> **Exercise requirements**: Work out how many lines below contain the word "through", then give that number alone.

> **Input for this task**:
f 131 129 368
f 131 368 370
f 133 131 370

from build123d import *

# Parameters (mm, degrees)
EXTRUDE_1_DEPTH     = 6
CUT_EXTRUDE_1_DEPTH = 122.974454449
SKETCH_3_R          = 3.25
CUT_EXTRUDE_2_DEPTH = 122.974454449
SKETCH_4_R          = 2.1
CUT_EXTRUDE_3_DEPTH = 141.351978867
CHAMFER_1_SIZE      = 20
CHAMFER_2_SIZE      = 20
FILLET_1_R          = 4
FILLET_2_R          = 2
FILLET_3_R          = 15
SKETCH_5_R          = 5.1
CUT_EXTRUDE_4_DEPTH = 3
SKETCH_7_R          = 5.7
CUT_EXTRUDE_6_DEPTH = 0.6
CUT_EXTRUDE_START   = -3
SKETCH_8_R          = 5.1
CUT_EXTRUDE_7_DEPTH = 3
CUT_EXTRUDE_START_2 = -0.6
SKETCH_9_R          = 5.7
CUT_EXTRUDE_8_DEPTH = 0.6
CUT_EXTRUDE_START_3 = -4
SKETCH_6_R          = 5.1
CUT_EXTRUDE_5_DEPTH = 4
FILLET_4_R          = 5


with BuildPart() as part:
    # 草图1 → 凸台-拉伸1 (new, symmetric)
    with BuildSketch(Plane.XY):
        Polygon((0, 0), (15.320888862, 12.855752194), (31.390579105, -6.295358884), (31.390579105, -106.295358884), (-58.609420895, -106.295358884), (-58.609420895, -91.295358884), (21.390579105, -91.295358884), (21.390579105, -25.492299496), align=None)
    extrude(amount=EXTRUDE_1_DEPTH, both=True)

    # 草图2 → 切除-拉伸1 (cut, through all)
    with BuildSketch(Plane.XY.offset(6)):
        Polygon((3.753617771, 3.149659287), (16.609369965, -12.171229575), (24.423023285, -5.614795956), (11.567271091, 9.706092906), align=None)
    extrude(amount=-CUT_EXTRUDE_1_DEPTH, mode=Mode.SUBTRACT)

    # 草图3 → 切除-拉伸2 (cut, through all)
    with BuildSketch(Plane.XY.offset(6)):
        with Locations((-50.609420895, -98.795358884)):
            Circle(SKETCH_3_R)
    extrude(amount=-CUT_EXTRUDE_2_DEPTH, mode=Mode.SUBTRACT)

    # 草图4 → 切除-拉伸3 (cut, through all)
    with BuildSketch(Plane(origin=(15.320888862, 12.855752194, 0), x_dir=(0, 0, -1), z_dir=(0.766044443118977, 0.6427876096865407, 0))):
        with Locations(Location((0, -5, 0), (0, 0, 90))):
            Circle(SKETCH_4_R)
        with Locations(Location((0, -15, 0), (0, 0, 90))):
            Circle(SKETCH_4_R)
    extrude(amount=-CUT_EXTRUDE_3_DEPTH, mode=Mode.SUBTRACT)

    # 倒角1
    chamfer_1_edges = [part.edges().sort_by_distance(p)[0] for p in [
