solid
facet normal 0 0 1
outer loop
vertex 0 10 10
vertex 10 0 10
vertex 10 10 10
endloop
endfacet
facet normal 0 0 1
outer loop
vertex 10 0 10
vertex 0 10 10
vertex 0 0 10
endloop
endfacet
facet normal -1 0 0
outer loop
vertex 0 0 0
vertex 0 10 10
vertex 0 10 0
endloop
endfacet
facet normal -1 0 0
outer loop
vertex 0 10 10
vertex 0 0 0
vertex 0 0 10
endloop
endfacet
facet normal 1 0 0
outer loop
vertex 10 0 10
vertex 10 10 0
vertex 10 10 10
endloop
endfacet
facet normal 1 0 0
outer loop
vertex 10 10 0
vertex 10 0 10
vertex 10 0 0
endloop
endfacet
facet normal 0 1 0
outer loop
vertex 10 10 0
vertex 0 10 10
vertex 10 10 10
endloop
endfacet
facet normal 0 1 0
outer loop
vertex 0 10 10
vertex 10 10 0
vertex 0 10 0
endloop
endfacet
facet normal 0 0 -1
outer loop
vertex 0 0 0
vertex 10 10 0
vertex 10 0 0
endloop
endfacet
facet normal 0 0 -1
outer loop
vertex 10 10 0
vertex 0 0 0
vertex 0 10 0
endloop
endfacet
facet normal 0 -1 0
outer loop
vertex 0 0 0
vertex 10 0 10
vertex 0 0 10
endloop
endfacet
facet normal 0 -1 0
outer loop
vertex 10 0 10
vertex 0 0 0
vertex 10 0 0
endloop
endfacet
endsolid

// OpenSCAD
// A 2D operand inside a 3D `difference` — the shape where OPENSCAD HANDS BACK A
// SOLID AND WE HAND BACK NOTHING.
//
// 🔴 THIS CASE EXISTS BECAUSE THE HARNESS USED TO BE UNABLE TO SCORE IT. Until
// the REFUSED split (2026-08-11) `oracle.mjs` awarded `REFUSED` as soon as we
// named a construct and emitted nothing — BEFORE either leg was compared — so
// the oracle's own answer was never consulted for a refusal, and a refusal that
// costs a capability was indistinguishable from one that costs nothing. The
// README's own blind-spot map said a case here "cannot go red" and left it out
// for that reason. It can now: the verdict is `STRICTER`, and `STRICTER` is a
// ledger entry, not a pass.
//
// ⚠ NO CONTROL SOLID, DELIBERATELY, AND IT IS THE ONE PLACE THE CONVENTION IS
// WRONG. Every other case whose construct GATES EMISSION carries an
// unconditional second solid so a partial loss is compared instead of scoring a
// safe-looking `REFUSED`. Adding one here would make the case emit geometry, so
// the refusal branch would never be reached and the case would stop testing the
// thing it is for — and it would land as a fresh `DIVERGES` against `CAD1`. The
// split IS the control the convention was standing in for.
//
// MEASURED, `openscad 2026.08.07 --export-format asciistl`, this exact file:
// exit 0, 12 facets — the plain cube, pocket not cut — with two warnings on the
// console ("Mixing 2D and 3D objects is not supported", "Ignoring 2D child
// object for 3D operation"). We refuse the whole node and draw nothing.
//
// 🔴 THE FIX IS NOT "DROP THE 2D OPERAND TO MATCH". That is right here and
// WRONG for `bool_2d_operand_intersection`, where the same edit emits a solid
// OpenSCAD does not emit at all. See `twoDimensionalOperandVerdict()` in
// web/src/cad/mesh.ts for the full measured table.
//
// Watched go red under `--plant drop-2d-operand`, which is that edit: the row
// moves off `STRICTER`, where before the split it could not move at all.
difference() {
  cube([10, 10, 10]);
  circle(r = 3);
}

> **Answer to the problem**: 3